FIELD OF THE INVENTION

The present invention relates to a new adhesive composition having unique properties in some automotive related applications such as hem-flange bonding.

INTRODUCTION

Crash durable adhesives can be used in body structure of a car to offer improved crash resistance, fatigue durability, and increased body stiffness. They can also be used for hem-flange bonding in closures like hoods and doors. Hem-flange bonding is a process wherein an outer sheet metal is hemmed around an inner sheet metal to make a joint part for a car. Adhesives are used in this process between the two sheet metals. The detailed process of hem flange bonding has been described in U.S. Patent Application No. 20100266809.

During the hem flange bonding process, meander formation during curing of the adhesives, for example, crash durable adhesives, has been a challenging issue to the industry. The formed meander can lead to cracks in the joint. The resulted cracks can then lead to other more serious damages such as water intrusion into the joint which ultimately leads to corrosion issues over time.

SUMMARY OF THE INVENTION

The present invention provides a novel adhesive composition with excellent heat stability and improved tackiness. Use of the adhesive composition of the present invention significantly reduces meander formation in a joint part. Specifically, the present invention provides an adhesive composition that contains one or more rubber components, preferably, carboxylated acrylonitrile butadiene rubber-epoxy adducts (“XNBR-epoxy adducts). The present invention provides an adhesive composition by mixing XNBR-epoxy adducts with a typical, commercially available crash durable adhesive composition.

In one embodiment of the present invention, the adhesive composition comprises a liquid epoxy resin; a toughener; a curing agent; and a rubber-epoxy adduct component with a Mw valve above 60,000 Da.

In another embodiment of the present invention, the rubber-epoxy component of the present invention comprises carboxylated nitrile butadiene rubber-epoxy adducts.

In yet another embodiment of the present invention, the adhesive composition further comprises a solid epoxy resin.
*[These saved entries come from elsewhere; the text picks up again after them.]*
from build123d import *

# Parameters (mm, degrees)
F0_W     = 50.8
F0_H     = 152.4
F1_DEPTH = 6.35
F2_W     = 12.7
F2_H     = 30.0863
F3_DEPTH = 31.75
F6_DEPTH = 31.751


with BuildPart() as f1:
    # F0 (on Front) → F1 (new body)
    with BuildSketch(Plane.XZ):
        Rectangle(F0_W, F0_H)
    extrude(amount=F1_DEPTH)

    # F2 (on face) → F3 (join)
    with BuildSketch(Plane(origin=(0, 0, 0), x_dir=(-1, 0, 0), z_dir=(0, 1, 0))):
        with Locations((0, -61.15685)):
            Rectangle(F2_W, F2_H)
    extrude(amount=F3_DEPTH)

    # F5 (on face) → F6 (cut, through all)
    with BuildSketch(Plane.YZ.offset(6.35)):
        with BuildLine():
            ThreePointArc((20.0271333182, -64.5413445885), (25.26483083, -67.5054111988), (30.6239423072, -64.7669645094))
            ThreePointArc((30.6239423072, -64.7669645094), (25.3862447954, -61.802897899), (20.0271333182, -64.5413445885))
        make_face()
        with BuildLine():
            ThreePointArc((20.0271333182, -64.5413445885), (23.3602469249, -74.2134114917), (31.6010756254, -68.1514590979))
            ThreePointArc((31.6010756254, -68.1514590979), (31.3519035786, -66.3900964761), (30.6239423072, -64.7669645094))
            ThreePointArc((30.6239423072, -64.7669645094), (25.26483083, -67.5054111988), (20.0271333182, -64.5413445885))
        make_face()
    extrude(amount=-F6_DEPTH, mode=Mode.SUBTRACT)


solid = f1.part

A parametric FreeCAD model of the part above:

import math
import FreeCAD as App
import Part
import Sketcher

V = App.Vector
Q = App.Units.Quantity

doc = App.newDocument("Part")
body = doc.addObject("PartDesign::Body", "Body")

sketch1 = body.newObject("Sketcher::SketchObject", "Sketch")
sketch1.AttachmentSupport = (doc.getObject("XZ_Plane"), [""])
sketch1.MapMode = "FlatFace"
sketch1.addGeometry([
    Part.LineSegment(V(-25, 76, 0), V(-25, -76, 0)),
    Part.LineSegment(V(-25, -76, 0), V(25, -76, 0)),
    Part.LineSegment(V(25, -76, 0), V(25, 76, 0)),
    Part.LineSegment(V(25, 76, 0), V(-25, 76, 0)),
], False)
sketch1.addConstraint([
    Sketcher.Constraint("Coincident", 0, 2, 1, 1),
    Sketcher.Constraint("Coincident", 1, 2, 2, 1),
    Sketcher.Constraint("Coincident", 2, 2, 3, 1),
    Sketcher.Constraint("Coincident", 3, 2, 0, 1),
    Sketcher.Constraint("Vertical", 0),
    Sketcher.Constraint("Horizontal", 1),
    Sketcher.Constraint("Vertical", 2),
    Sketcher.Constraint("Horizontal", 3),
    Sketcher.Constraint("Symmetric", 0, 2, 2, 2, -1, 1),
    Sketcher.Constraint("DistanceX", 1, 1, 1, 2, Q("2 in")),
    Sketcher.Constraint("DistanceY", 0, 2, 0, 1, Q("6 in")),
])
pad1 = body.newObject("PartDesign::Pad", "Pad")
pad1.Profile = sketch1
pad1.Length = Q("0.25 in")

sketch2 = body.newObject("Sketcher::SketchObject", "Sketch001")
sketch2.AttachmentSupport = (doc.getObject("XZ_Plane"), [""])
sketch2.MapMode = "FlatFace"
sketch2.addGeometry([
    Part.LineSegment(V(6, -46, 0), V(6, -76, 0)),
    Part.LineSegment(V(6, -76, 0), V(-6, -76, 0)),
    Part.LineSegment(V(-6, -76, 0), V(-6, -46, 0)),
    Part.LineSegment(V(-6, -46, 0), V(6, -46, 0)),
], False)
sketch2.addConstraint([
    Sketcher.Constraint("Coincident", 0, 2, 1, 1),
    Sketcher.Constraint("Coincident", 1, 2, 2, 1),
    Sketcher.Constraint("Coincident", 2, 2, 3, 1),
    Sketcher.Constraint("Coincident", 3, 2, 0, 1),
    Sketcher.Constraint("Vertical", 0),
    Sketcher.Constraint("Horizontal", 1),
    Sketcher.Constraint("Vertical", 2),
    Sketcher.Constraint("Horizontal", 3),
    Sketcher.Constraint("DistanceX", 1, 2, 1, 1, Q("0.5 in")),
    Sketcher.Constraint("DistanceY", 0, 2, -1, 1, Q("3 in")),
    Sketcher.Constraint("DistanceX", -1, 1, 0, 2, Q("0.25 in")),
    Sketcher.Constraint("DistanceY", 0, 2, 0, 1, Q("1.1845 in")),
])
pad2 = body.newObject("PartDesign::Pad", "Pad001")
pad2.Profile = sketch2
pad2.Length = Q("1.25 in")
pad2.Reversed = True

sketch3 = body.newObject("Sketcher::SketchObject", "Sketch002")
sketch3.AttachmentSupport = (doc.getObject("YZ_Plane"), [""])
sketch3.MapMode = "FlatFace"
sketch3.AttachmentOffset = App.Placement(V(0, 0, 0.25 * 25.4), App.Rotation())
sketch3.addGeometry([
    Part.ArcOfCircle(Part.Circle(V(25.3, -68.2, 0), V(0, 0, 1), 6.3), math.radians(32), math.radians(145)),
    Part.ArcOfCircle(Part.Circle(V(25.3, -68.2, 0), V(0, 0, 1), 6.3), math.radians(145), math.radians(360)),
    Part.ArcOfCircle(Part.Circle(V(25.3, -68.2, 0), V(0, 0, 1), 6.3), math.radians(0), math.radians(32)),
], False)
sketch3.addConstraint([
    Sketcher.Constraint("Tangent", 0, 2, 1, 1),
    Sketcher.Constraint("Tangent", 1, 2, 2, 1),
    Sketcher.Constraint("Tangent", 2, 2, 0, 1),
    Sketcher.Constraint("Horizontal", 2, 3, 1, 2),
    Sketcher.Constraint("Radius", 0, Q("0.25 in")),
    Sketcher.Constraint("DistanceY", 0, 3, -1, 1, 68.151459),
    Sketcher.Constraint("DistanceX", 0, 2, 2, 2, 10.596809),
    Sketcher.Constraint("DistanceY", 2, 2, 0, 2, 0.22562),
    Sketcher.Constraint("DistanceX", -1, 1, 0, 3, 25.251076),
])
pocket1 = body.newObject("PartDesign::Pocket", "Pocket")
pocket1.Profile = sketch3
pocket1.Type = "ThroughAll"

doc.recompute()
DETAILED DESCRIPTION OF THE INVENTION

Many crash durable adhesive compositions are well known and commercially available. For example, EP1728825A1, incorporated herein in its entirety, describes many such adhesive compositions and with one or more toughening agents in the composition. A crash durable adhesive composition typically contains a liquid epoxy resin (for example, DER™ 330 or DER™ 331 available from The Dow Chemical Company), a solid epoxy resin (for example, DER™ 671 also available from The Dow Chemical Company), a blocked polyurethane based toughener (for example, polyphenolic blocked polyurethane “PU” as described in U.S. Pat. No. 5,278,257, incorporated herein in its entirety, and second-amine blocked PU as described in US 20060276601A1, incorporated herein in its entirety), a curing agent such as dicyandiamide, an accelerator (for example, polymeric blocked tert-amine as described in WO2012/006001A2, incorporated herein in its entirety). Such adhesive composition may also include other typically, well known in the industry, and routinely used components such as fillers, thixotropic agents, wetting agents, colorant adhesion promoters (for example, epoxy silanes), and/or special fillers such as metal to achieve conductivity.
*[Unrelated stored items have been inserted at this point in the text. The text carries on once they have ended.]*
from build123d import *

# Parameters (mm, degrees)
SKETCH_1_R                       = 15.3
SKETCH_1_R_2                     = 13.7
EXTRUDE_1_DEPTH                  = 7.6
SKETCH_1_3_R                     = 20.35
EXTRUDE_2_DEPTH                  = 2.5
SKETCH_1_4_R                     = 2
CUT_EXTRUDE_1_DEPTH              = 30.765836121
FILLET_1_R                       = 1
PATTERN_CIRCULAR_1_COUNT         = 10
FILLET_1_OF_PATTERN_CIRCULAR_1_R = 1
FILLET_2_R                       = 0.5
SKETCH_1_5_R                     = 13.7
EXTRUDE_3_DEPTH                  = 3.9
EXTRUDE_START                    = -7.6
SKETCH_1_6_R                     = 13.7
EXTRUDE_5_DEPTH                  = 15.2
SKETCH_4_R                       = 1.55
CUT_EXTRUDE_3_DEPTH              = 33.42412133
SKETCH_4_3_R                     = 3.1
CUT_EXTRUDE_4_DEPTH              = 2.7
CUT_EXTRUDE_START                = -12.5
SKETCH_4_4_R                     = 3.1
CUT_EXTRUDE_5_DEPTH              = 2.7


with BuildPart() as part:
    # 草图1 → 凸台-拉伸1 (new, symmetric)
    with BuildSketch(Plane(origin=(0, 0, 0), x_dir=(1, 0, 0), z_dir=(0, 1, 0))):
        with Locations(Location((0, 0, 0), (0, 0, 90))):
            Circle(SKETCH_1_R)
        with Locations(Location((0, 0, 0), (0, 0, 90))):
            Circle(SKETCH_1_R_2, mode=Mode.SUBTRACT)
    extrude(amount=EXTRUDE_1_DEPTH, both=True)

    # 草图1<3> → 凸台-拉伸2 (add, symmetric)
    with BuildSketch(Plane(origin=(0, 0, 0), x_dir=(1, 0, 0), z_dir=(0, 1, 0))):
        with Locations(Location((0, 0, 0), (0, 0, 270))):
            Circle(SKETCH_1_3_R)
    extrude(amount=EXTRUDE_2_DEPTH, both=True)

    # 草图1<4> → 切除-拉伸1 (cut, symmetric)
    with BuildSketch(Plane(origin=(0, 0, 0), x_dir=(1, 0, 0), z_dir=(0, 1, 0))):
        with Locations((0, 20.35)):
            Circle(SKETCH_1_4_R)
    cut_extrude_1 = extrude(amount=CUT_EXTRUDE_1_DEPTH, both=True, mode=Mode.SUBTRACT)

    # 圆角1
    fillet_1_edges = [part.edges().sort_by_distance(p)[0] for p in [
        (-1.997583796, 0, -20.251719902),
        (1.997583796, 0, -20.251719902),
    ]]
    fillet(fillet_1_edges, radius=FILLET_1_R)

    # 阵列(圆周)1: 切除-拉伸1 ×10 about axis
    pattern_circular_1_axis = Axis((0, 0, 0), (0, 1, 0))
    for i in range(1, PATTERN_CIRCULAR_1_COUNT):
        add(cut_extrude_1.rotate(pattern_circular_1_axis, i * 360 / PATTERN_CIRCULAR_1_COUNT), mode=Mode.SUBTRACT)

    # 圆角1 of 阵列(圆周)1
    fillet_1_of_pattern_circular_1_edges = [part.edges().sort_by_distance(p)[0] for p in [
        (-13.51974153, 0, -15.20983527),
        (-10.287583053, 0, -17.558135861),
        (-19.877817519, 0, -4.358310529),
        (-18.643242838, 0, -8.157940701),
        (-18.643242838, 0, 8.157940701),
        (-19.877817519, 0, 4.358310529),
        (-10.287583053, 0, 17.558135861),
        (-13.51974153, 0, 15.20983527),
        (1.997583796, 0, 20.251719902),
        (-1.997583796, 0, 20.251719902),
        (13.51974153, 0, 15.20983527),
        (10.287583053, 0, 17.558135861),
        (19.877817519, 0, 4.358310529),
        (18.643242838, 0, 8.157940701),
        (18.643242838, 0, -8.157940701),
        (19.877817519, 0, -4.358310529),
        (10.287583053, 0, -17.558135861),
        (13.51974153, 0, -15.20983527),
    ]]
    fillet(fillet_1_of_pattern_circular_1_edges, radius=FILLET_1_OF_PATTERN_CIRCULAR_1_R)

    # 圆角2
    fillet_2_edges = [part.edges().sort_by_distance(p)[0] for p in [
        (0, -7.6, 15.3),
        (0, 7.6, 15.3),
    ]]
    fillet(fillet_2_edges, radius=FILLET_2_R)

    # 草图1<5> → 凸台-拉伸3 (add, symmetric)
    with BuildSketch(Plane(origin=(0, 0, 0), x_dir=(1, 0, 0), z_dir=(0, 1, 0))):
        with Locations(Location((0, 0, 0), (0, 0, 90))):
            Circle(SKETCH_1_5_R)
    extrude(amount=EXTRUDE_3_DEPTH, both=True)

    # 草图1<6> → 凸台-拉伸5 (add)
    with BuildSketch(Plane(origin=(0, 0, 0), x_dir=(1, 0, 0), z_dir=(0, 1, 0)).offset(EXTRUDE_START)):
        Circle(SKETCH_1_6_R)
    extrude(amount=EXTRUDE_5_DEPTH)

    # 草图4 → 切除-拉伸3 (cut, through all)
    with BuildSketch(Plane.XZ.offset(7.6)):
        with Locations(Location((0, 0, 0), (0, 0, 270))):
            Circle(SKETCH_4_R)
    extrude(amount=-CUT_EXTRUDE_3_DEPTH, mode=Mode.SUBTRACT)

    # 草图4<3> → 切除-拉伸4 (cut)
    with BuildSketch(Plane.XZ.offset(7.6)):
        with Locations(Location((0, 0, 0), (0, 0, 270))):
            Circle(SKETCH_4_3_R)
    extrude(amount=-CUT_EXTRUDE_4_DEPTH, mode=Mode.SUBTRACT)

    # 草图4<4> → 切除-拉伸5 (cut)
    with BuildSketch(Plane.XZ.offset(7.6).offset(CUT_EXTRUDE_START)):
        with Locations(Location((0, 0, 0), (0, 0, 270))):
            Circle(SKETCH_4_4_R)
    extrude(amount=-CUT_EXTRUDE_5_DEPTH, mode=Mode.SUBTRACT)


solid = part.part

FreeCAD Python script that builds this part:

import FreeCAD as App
import Part
import Sketcher
from FreeCAD import Vector
Q = App.Units.Quantity


def edges_at(feature, points):
    """Names of the edges that pass closest to the given points."""
    edges = feature.Shape.Edges
    near = lambda p: min(range(len(edges)), key=lambda i: edges[i].distToShape(Part.Vertex(*p))[0])
    return sorted({f"Edge{near(p) + 1}" for p in points})

doc = App.newDocument("Part")
body = doc.addObject("PartDesign::Body", "Body")

# Sketch on XZ plane
sketch1 = body.newObject("Sketcher::SketchObject", "Sketch")
sketch1.AttachmentSupport = (doc.getObject("XZ_Plane"), [""])
sketch1.MapMode = "FlatFace"
sketch1.addGeometry([
    Part.Circle(Vector(0, 0, 0), Vector(0, 0, 1), 15.3),
    Part.Circle(Vector(0, 0, 0), Vector(0, 0, 1), 13.7),
], False)
sketch1.addConstraint([
    Sketcher.Constraint("Coincident", 0, 3, -1, 1),
    Sketcher.Constraint("Coincident", 1, 3, -1, 1),
    Sketcher.Constraint("Diameter", 0, Q("30.6 mm")),
    Sketcher.Constraint("Diameter", 1, Q("27.4 mm")),
])
pad1 = body.newObject("PartDesign::Pad", "Pad")
pad1.Profile = sketch1
pad1.Length = 15.2
pad1.Midplane = True

# Sketch on XZ plane
sketch2 = body.newObject("Sketcher::SketchObject", "Sketch001")
sketch2.AttachmentSupport = (doc.getObject("XZ_Plane"), [""])
sketch2.MapMode = "FlatFace"
sketch2.addGeometry(Part.Circle(Vector(0, 0, 0), Vector(0, 0, 1), 20.35), False)
sketch2.addConstraint([
    Sketcher.Constraint("Coincident", 0, 3, -1, 1),
    Sketcher.Constraint("Diameter", 0, Q("40.7 mm")),
])
pad2 = body.newObject("PartDesign::Pad", "Pad001")
pad2.Profile = sketch2
pad2.Length = 5
pad2.Midplane = True

# Sketch on XZ plane
sketch3 = body.newObject("Sketcher::SketchObject", "Sketch002")
sketch3.AttachmentSupport = (doc.getObject("XZ_Plane"), [""])
sketch3.MapMode = "FlatFace"
sketch3.addGeometry(Part.Circle(Vector(0, -20.35, 0), Vector(0, 0, 1), 2), False)
sketch3.addConstraint([
    Sketcher.Constraint("PointOnObject", 0, 3, -2),
    Sketcher.Constraint("Diameter", 0, Q("4 mm")),
    Sketcher.Constraint("DistanceY", 0, 3, -1, 1, Q("20.35 mm")),
])
pocket1 = body.newObject("PartDesign::Pocket", "Pocket")
pocket1.Profile = sketch3
pocket1.Length = 61.531672
pocket1.Midplane = True
doc.recompute()

fillet = body.newObject("PartDesign::Fillet", "Fillet")
fillet.Base = (pocket1, edges_at(pocket1, [(-1.998, 0, -20.252), (1.998, 0, -20.252)]))
fillet.Radius = 1
doc.recompute()

polarpattern = body.newObject("PartDesign::PolarPattern", "PolarPattern")
polarpattern.Originals = [pocket1]
polarpattern.Axis = (doc.getObject("Y_Axis"), [""])
polarpattern.Angle = 360
polarpattern.Occurrences = 10
body.Tip = polarpattern
doc.recompute()

fillet2 = body.newObject("PartDesign::Fillet", "Fillet001")
fillet2.Base = (polarpattern, edges_at(polarpattern, [
    (-13.52, 0, -15.21),
    (-10.288, 0, -17.558),
    (-19.878, 0, -4.358),
    (-18.643, 0, -8.158),
    (-18.643, 0, 8.158),
    (-19.878, 0, 4.358),
    (-10.288, 0, 17.558),
    (-13.52, 0, 15.21),
    (1.998, 0, 20.252),
    (-1.998, 0, 20.252),
    (13.52, 0, 15.21),
    (10.288, 0, 17.558),
    (19.878, 0, 4.358),
    (18.643, 0, 8.158),
    (18.643, 0, -8.158),
    (19.878, 0, -4.358),
    (10.288, 0, -17.558),
    (13.52, 0, -15.21),
]))
fillet2.Radius = 1
doc.recompute()

fillet3 = body.newObject("PartDesign::Fillet", "Fillet002")
fillet3.Base = (fillet2, edges_at(fillet2, [(0, -7.6, 15.3), (0, 7.6, 15.3)]))
fillet3.Radius = 0.5

# Sketch on XZ plane
sketch4 = body.newObject("Sketcher::SketchObject", "Sketch003")
sketch4.AttachmentSupport = (doc.getObject("XZ_Plane"), [""])
sketch4.MapMode = "FlatFace"
sketch4.addGeometry(Part.Circle(Vector(0, 0, 0), Vector(0, 0, 1), 13.7), False)
sketch4.addConstraint([
    Sketcher.Constraint("Coincident", 0, 3, -1, 1),
    Sketcher.Constraint("Diameter", 0, Q("27.4 mm")),
])
pad3 = body.newObject("PartDesign::Pad", "Pad002")
pad3.Profile = sketch4
pad3.Length = 7.8
pad3.Midplane = True

# Sketch on XZ plane
sketch5 = body.newObject("Sketcher::SketchObject", "Sketch004")
sketch5.AttachmentSupport = (doc.getObject("XZ_Plane"), [""])
sketch5.MapMode = "FlatFace"
sketch5.AttachmentOffset = App.Placement(Vector(0, 0, 7.6), App.Rotation())
sketch5.addGeometry(Part.Circle(Vector(0, 0, 0), Vector(0, 0, 1), 13.7), False)
sketch5.addConstraint([
    Sketcher.Constraint("Coincident", 0, 3, -1, 1),
    Sketcher.Constraint("Diameter", 0, Q("27.4 mm")),
])
pad4 = body.newObject("PartDesign::Pad", "Pad003")
pad4.Profile = sketch5
pad4.Length = 15.2
pad4.Reversed = True

# Sketch on XZ plane
sketch6 = body.newObject("Sketcher::SketchObject", "Sketch005")
sketch6.AttachmentSupport = (doc.getObject("XZ_Plane"), [""])
sketch6.MapMode = "FlatFace"
sketch6.AttachmentOffset = App.Placement(Vector(0, 0, 7.6), App.Rotation())
sketch6.addGeometry(Part.Circle(Vector(0, 0, 0), Vector(0, 0, 1), 1.55), False)
sketch6.addConstraint([
    Sketcher.Constraint("Coincident", 0, 3, -1, 1),
    Sketcher.Constraint("Diameter", 0, Q("3.1 mm")),
])
pocket2 = body.newObject("PartDesign::Pocket", "Pocket001")
pocket2.Profile = sketch6
pocket2.Type = "ThroughAll"

# Sketch on XZ plane
sketch7 = body.newObject("Sketcher::SketchObject", "Sketch006")
sketch7.AttachmentSupport = (doc.getObject("XZ_Plane"), [""])
sketch7.MapMode = "FlatFace"
sketch7.AttachmentOffset = App.Placement(Vector(0, 0, 7.6), App.Rotation())
sketch7.addGeometry(Part.Circle(Vector(0, 0, 0), Vector(0, 0, 1), 3.1), False)
sketch7.addConstraint([
    Sketcher.Constraint("Coincident", 0, 3, -1, 1),
    Sketcher.Constraint("Diameter", 0, Q("6.2 mm")),
])
pocket3 = body.newObject("PartDesign::Pocket", "Pocket002")
pocket3.Profile = sketch7
pocket3.Length = 2.7

# Sketch on XZ plane
sketch8 = body.newObject("Sketcher::SketchObject", "Sketch007")
sketch8.AttachmentSupport = (doc.getObject("XZ_Plane"), [""])
sketch8.MapMode = "FlatFace"
sketch8.AttachmentOffset = App.Placement(Vector(0, 0, -4.9), App.Rotation())
sketch8.addGeometry(Part.Circle(Vector(0, 0, 0), Vector(0, 0, 1), 3.1), False)
sketch8.addConstraint([
    Sketcher.Constraint("Coincident", 0, 3, -1, 1),
    Sketcher.Constraint("Diameter", 0, Q("6.2 mm")),
])
pocket4 = body.newObject("PartDesign::Pocket", "Pocket003")
pocket4.Profile = sketch8
pocket4.Length = 2.7

doc.recompute()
The present invention includes a rubber component in a crash durable adhesive composition. It is suspected that meander formation and the resulted damages in the joint occur during the curing of the crash durable adhesives under heat. This may have been induced by thermal stresses in the joint due to different thermal expansion rates in multiple material structures. The present invention provides an adhesive composition with higher molecular weight XNBR-epoxy adducts so that the composition will have a rubbery nature. With the rubbery nature of the adhesive composition used, meander formation can be successfully avoided or significantly reduced, hence a significant better hem-flange bonding performance.

In a preferred embodiment of the present invention, rubber-epoxy adduct, such as liquid XNBR-epoxy adducts, is included in a crash durable adhesive composition to arrive at the new composition. For example, a rubber-epoxy adduct, such as a liquid XNBR-epoxy adduct, may be included in a typical crash durable adhesive composition. The new composition preferably contains about at least about 4 wt %, preferably at least about 8 wt % and more preferably at least about 12 wt %, of the rubber-epoxy adduct. Many such liquid XNBR-epoxy adducts may be used in the present invention. The rubber-epoxy adduct typically contains 1 to 15 wt %, preferably 3 to 10 wt %, of rubber elastomer and at least of about 1 wt %, preferably about 5 wt % of the higher molecular weight elastomers. The rubber elastomer can be either high molecular weight XNBR or a combination of high and lower molecular weight XNBR-rubbers (such as carboxylated acrylonitrile rubbers, CTBNs) at different ratios.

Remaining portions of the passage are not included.